02 Oct: Colonel v. Borck embarked to-day with the remainder of the v. Knyphausen Regiment on the ship “James and William,” with 3 officers, 19 non-commissioned officers and 174 men. Ensign Ritter stayed in Quebec with Col. v.
04 Oct: Sailed under escort of “Garland,” and at Halifax’s port 16th thru 18th Oct.
28 Oct: Arrived at New York, and quartered at barracks on the North River, where the Regiment was reunited and reformed.
31 Oct: Lord Cornwallis compelled to surrender at York Town [VA].
18-25 Nov: Lord Cornwallis’ officers arrived in New York on parole.
30 Nov: The English and Hessian invalids sailed for Europe, with Cornwallis following 08 Dec.
1782 25 Jan: v. Knyphausen Regiment and others mustered to-day.
18 May: Lt. General v. Knyphausen embarked with permission to return to
20 May: General Carlton mustered all the English and Hessian Regiments on York Island.
16 Jun: The Knyphausen Regiment encamped a mile from New York.
22 Sep: The Knyphausen Regiment went into camp at Kingsbush.
[31 Oct: Extractor’s 4 great grandfather, Corporal Johann Henrich Hammer of the Borck’s Company, von Knyphausen Regiment, deserted from NY, taking an “Oath of Allegiance” to Pennsylvania, at Philadelphia.]

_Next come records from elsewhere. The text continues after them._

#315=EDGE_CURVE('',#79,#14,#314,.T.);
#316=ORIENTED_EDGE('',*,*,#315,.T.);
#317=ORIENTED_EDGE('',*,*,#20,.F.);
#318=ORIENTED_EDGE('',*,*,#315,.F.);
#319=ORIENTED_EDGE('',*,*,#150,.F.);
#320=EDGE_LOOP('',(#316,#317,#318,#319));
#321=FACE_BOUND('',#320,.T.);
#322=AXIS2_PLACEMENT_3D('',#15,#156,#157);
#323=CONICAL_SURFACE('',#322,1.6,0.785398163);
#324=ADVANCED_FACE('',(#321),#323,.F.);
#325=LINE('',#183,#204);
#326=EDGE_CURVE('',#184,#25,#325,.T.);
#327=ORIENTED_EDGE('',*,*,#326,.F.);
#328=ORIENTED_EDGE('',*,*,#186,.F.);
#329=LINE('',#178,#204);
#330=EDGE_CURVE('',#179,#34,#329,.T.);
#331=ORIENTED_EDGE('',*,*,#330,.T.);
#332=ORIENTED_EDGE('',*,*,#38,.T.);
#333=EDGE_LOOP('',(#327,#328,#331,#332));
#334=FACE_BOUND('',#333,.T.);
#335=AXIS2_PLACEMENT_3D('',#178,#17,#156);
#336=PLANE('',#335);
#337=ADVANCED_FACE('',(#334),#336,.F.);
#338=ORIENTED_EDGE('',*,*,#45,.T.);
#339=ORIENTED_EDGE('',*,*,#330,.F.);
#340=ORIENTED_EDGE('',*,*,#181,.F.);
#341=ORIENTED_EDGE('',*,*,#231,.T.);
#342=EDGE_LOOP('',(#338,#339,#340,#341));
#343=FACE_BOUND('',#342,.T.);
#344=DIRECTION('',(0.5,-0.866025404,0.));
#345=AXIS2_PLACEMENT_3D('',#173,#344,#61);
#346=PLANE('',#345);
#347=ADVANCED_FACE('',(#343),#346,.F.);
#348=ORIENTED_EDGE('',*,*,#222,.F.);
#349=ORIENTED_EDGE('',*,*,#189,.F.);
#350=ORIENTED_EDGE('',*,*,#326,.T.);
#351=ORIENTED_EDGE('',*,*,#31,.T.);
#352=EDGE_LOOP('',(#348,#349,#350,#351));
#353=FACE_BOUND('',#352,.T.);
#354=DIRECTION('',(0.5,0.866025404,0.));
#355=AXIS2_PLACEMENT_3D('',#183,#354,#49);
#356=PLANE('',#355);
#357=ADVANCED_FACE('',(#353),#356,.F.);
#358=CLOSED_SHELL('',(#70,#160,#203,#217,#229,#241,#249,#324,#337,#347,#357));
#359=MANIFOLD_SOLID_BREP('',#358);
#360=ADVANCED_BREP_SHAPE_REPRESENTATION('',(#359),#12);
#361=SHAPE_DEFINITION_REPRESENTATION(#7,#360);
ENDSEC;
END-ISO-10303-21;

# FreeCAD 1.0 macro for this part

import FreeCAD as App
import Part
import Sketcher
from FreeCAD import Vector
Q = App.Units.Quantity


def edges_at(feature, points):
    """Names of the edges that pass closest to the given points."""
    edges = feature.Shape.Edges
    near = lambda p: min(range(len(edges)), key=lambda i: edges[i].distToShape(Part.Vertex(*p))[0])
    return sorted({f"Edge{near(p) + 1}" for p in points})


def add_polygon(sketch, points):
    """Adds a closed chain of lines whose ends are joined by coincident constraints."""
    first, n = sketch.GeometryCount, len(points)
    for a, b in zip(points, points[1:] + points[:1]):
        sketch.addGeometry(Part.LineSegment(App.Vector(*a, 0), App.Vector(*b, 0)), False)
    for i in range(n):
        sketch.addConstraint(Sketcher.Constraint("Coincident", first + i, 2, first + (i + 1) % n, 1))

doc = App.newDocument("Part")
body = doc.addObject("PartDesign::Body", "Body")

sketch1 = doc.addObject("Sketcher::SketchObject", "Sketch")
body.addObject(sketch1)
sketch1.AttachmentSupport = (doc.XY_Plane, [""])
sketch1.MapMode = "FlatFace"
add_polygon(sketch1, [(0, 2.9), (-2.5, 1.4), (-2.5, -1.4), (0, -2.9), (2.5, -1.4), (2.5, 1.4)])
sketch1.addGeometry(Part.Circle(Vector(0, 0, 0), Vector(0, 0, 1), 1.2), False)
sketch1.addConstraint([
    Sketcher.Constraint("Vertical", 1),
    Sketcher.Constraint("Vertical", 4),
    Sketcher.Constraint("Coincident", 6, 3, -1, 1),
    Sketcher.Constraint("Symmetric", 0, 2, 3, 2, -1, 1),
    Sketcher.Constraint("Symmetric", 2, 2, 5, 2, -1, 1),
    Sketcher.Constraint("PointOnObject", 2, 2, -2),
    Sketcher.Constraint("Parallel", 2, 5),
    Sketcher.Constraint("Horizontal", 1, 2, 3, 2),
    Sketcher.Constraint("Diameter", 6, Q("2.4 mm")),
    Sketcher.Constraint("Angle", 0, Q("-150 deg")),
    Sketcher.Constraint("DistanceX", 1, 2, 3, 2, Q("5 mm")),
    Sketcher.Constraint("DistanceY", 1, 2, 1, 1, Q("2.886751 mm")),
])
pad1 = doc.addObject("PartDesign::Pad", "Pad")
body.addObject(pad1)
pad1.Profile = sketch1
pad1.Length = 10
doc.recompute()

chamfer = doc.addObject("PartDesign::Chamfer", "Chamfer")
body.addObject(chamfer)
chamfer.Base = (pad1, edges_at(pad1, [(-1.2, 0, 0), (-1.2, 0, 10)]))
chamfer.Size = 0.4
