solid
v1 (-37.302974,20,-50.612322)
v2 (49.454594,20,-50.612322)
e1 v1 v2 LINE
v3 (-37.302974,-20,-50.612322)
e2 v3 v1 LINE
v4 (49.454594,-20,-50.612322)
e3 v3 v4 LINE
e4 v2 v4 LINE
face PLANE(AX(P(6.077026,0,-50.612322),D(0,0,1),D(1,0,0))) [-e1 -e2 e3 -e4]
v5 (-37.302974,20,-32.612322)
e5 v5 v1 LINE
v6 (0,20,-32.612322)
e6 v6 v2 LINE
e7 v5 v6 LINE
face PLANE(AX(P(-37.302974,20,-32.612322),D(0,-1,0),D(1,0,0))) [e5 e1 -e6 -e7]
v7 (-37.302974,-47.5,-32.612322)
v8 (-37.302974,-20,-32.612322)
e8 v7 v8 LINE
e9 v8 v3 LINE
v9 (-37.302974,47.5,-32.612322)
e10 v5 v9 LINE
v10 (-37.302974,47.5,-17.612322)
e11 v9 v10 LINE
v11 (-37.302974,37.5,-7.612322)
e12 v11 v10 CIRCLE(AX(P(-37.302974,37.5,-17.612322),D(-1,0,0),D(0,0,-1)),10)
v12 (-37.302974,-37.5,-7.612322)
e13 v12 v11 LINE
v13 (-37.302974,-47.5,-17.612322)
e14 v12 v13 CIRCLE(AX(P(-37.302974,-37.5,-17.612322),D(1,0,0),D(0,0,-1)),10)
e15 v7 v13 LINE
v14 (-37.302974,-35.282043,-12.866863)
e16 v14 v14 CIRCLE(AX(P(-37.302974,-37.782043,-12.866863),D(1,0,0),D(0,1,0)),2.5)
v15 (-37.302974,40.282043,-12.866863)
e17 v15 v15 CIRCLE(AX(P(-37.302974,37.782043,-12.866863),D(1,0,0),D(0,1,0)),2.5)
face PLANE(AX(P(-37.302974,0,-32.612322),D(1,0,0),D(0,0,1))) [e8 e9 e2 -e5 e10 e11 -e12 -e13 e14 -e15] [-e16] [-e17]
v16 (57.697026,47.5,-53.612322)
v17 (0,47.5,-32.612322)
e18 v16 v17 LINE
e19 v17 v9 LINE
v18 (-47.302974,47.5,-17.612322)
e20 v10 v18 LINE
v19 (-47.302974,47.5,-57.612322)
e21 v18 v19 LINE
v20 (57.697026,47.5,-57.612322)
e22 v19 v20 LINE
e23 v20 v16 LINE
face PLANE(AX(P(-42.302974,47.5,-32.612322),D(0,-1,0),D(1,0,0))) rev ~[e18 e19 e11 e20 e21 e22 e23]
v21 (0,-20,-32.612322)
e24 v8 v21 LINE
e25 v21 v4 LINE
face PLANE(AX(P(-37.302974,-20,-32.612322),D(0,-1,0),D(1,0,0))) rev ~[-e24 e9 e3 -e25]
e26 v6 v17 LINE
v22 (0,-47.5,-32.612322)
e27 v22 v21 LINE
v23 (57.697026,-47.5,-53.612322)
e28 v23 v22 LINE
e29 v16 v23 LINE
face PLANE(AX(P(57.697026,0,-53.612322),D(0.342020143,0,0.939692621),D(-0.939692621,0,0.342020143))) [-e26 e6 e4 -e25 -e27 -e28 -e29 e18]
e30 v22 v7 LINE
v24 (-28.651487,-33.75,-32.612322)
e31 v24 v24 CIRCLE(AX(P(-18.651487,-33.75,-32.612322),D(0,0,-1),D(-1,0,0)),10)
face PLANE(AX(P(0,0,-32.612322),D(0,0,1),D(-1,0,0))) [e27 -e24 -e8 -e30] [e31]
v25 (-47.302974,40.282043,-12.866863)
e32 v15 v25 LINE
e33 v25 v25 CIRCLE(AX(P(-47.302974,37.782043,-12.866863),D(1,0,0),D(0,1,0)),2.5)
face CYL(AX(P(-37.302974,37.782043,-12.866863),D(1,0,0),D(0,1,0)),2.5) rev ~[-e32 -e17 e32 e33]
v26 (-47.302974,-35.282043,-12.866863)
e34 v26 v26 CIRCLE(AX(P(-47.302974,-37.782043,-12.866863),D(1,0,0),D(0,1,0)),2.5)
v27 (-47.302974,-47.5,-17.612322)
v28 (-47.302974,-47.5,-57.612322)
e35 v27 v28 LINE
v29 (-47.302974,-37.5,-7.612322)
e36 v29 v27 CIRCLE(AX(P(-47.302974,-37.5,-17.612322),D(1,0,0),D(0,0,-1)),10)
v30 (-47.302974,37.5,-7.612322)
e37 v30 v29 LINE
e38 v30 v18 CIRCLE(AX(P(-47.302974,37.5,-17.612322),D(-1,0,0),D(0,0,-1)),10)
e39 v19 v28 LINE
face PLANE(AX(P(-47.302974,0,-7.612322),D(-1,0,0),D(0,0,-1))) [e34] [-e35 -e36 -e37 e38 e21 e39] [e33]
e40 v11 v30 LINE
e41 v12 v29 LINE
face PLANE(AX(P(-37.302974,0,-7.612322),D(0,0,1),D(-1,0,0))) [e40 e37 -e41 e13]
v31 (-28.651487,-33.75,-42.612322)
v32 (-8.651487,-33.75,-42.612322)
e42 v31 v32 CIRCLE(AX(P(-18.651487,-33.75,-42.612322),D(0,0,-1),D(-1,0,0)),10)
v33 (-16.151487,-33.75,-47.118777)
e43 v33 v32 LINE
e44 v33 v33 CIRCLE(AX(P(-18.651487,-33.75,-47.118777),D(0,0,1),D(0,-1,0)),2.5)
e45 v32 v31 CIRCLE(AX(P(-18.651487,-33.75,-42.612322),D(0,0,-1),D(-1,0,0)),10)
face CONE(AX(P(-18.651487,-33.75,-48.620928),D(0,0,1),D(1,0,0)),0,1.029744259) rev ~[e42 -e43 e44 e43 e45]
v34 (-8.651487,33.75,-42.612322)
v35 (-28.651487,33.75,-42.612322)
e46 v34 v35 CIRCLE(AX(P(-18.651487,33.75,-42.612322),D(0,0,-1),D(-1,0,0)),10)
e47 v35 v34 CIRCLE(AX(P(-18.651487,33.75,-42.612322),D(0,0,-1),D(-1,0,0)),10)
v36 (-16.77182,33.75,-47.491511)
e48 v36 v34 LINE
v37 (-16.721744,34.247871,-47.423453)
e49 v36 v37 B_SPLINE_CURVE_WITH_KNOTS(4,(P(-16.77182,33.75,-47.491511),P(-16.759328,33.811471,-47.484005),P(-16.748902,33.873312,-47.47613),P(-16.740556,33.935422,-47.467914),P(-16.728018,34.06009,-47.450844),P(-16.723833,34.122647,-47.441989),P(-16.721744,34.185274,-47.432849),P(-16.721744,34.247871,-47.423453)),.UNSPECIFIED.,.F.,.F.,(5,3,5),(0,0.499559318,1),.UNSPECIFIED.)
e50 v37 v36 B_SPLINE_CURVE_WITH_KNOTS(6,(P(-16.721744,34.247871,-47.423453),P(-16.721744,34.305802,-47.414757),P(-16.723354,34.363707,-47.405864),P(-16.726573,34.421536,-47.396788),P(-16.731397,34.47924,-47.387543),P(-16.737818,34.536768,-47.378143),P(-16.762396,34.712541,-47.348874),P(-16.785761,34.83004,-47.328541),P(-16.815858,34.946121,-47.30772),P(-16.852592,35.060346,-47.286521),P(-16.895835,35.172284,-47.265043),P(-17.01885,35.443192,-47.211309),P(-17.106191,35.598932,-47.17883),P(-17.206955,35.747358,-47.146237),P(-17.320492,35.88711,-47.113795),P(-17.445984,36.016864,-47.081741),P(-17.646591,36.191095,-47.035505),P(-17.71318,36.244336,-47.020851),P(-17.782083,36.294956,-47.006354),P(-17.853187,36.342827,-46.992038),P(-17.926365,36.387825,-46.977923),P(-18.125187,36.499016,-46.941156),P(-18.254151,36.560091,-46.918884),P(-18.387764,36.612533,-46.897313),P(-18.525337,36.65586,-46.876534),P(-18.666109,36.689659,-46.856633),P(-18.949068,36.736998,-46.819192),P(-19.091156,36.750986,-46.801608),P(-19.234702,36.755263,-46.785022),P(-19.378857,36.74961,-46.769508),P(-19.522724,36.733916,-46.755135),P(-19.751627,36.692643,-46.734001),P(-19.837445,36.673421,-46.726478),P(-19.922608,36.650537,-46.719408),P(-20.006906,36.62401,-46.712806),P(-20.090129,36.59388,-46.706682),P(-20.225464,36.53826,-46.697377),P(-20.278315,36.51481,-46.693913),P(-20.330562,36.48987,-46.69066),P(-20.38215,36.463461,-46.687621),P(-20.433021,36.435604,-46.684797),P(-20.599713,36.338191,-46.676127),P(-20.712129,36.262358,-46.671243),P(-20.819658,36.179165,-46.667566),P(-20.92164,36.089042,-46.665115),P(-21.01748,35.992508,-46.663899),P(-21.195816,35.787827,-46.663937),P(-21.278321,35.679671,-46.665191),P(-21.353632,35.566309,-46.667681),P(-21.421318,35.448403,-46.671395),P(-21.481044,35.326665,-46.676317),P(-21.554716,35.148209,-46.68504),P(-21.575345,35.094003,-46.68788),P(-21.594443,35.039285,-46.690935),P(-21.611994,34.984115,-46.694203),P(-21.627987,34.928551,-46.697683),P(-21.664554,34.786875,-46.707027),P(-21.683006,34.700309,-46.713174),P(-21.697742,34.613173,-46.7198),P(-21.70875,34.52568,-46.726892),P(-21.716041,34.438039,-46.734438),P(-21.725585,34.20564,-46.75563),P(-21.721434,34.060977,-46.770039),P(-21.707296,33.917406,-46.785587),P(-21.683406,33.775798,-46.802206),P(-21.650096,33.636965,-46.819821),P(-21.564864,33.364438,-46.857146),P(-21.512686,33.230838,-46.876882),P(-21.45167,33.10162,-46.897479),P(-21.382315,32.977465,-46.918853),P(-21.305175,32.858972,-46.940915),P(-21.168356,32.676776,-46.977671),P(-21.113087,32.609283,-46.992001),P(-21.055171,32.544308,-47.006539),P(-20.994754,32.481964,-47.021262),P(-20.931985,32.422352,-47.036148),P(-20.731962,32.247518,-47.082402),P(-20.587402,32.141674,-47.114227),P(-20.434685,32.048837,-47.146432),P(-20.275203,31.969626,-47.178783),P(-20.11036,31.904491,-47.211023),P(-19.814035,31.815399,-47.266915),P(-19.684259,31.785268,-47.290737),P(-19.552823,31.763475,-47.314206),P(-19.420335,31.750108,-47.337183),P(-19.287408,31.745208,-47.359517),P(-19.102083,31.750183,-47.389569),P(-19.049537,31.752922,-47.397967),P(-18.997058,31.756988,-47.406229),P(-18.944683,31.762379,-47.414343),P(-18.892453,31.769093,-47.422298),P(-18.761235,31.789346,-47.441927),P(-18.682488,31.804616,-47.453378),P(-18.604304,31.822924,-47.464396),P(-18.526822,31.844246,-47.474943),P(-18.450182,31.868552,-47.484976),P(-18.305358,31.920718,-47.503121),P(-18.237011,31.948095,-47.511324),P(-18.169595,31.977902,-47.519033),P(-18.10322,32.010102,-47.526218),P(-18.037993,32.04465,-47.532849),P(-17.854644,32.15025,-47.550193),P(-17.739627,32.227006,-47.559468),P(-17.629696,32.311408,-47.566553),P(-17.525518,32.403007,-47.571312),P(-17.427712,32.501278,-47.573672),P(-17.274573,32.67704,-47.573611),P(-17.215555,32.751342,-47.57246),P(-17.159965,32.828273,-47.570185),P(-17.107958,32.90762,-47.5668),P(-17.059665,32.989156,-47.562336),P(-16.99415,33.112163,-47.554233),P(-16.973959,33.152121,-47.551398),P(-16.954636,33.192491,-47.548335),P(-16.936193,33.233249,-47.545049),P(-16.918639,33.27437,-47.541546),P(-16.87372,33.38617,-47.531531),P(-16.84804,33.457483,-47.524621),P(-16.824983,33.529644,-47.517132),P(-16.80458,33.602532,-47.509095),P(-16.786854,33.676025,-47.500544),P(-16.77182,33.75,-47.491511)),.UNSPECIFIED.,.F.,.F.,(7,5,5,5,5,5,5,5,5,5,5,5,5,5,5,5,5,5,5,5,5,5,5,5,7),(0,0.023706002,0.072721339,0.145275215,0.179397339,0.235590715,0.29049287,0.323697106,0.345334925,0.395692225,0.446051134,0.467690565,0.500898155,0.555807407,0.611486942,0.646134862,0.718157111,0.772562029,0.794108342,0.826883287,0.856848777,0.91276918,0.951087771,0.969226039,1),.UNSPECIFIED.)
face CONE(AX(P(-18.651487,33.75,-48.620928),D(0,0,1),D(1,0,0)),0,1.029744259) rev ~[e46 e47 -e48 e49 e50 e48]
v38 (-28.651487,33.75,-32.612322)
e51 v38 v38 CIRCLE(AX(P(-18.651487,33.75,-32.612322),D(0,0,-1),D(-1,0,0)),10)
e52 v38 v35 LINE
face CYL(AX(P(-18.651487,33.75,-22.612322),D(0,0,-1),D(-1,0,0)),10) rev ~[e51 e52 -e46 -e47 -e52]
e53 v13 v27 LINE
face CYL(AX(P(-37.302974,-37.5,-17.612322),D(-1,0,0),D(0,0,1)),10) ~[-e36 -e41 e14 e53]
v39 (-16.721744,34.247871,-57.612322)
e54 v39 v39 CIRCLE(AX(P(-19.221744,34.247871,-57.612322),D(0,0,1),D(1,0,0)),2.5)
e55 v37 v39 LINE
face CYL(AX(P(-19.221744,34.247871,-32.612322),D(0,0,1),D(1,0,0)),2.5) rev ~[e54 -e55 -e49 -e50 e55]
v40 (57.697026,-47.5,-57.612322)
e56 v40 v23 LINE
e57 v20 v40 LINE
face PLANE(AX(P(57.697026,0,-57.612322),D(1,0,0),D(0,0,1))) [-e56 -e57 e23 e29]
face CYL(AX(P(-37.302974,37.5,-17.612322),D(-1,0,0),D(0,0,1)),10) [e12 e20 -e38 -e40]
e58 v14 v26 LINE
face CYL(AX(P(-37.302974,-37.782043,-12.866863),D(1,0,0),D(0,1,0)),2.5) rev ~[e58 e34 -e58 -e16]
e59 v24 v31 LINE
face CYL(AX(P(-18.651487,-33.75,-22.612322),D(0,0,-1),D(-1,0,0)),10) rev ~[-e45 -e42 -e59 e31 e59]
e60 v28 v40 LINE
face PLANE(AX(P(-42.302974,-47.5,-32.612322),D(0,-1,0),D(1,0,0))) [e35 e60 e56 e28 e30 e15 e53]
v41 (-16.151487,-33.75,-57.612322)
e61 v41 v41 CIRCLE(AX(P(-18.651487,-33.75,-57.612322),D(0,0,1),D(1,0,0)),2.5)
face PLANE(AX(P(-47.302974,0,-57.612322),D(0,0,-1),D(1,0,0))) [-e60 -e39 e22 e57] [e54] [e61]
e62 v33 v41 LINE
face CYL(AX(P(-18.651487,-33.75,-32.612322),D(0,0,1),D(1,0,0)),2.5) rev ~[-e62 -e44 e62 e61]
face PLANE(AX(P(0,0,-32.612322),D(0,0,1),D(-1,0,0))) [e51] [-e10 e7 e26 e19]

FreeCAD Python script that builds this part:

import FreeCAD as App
import Part
import Sketcher
Q = App.Units.Quantity


def edges_at(feature, points):
    """Names of the edges that pass closest to the given points."""
    edges = feature.Shape.Edges
    near = lambda p: min(range(len(edges)), key=lambda i: edges[i].distToShape(Part.Vertex(*p))[0])
    return sorted({f"Edge{near(p) + 1}" for p in points})

doc = App.newDocument("Part")
params = doc.addObject("Spreadsheet::Sheet", "Params")
for row, (alias, value) in enumerate([
    ("sketch1_width", "10 mm"),
    ("sketch1_width2", "105 mm"),
    ("sketch1_height", "50 mm"),
    ("sketch1_height2", "4 mm"),
    ("sketch1_height3", "25 mm"),
    ("pad1_length", "95 mm"),
    ("sketch2_height", "40 mm"),
    ("sketch2_width", "86.76 mm"),
    ("pocket1_length", "18 mm"),
    ("fillet_radius", "10 mm"),
    ("sketch3_diameter", "5 mm"),
    ("sketch4_diameter", "20 mm"),
    ("hole_diameter", "20 mm"),
    ("hole_depth", "10 mm"),
    ("sketch5_diameter", "5 mm"),
    ("pocket3_length", "25 mm"),
    ("sketch6_diameter", "20 mm"),
    ("hole2_diameter", "20 mm"),
    ("hole2_depth", "10 mm"),
    ("sketch7_diameter", "5 mm"),
    ("pocket4_length", "25 mm"),
], start=1):
    params.set(f"A{row}", alias)
    params.set(f"B{row}", "=" + value)
    params.setAlias(f"B{row}", alias)

body = doc.addObject("PartDesign::Body", "Body")

# Sketch on XZ plane
sketch1 = doc.addObject("Sketcher::SketchObject", "Sketch")
body.addObject(sketch1)
sketch1.AttachmentSupport = (doc.XZ_Plane, [""])
sketch1.MapMode = "FlatFace"
sketch1.addGeometry([
    Part.LineSegment(App.Vector(-37.3, -7.6, 0), App.Vector(-47.3, -7.6, 0)),  # 0
    Part.LineSegment(App.Vector(-47.3, -7.6, 0), App.Vector(-47.3, -57.6, 0)),  # 1
    Part.LineSegment(App.Vector(-47.3, -57.6, 0), App.Vector(57.7, -57.6, 0)),  # 2
    Part.LineSegment(App.Vector(57.7, -57.6, 0), App.Vector(57.7, -53.6, 0)),  # 3
    Part.LineSegment(App.Vector(57.7, -53.6, 0), App.Vector(0, -32.6, 0)),  # 4
    Part.LineSegment(App.Vector(0, -32.6, 0), App.Vector(-37.3, -32.6, 0)),  # 5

07 Nov: The Knyphausen Regiment marched into quarters at Jamaica on Long Island.
1783 09 Apr: Armistice concluded and formally announced.
23 Apr: Two men of Knyphausen Regiment returned after paying for their release.
04 May: Transport of 6,000 to 7,000 refugees and Loyalists left for land in Nova Scotia. 2nd fleet sailed 11 Jun.
02 Aug: Knyphausen Regiment left its winter quarters in Jamaica; encamp at Newton Creek.
04 Aug: Notice received of evacuation order of all America, except Nova Scotia and Canada; ordered by peace treaty, recognizing the “States of America as free and independent states.”
05 Aug: Hessian Regiments notified to prepare for return journey to Hesse.
12 Aug: Embarkation of the Knyphausen Regiment on the “Ladies Adventure.” 500 people were on board, not including the crew. “During the past 2 months, 56 men who had been imprisoned, had successfully come in, of whom eight had ransomed themselves and the remainder exchanged.’ Those 119 who had not returned were checked off as deserted and left behind.”
15 Aug: Set sail and left Sandy Hook.
06 Sep: Arrived at mouth of English Channel, after only 21 days.
08 Sep: Anchored off Deal, the rendezvous point for all ships with German troops on board.
14 Sep: Continued voyage to Bremerlehe, alone, anchoring there on 21 Sep.
25 Sep: The Knyphausen Regiment marched overland to Hesse, though the artillery, invalids, women and children went by water. The march stop towns were named, by day.
10 & 11 Oct: Mustering of the Hon. Regiment took place, returning the Regiment to a peacetime footing.
16 Oct: The Hon. Regiment marched into garrison at Ziegenhain.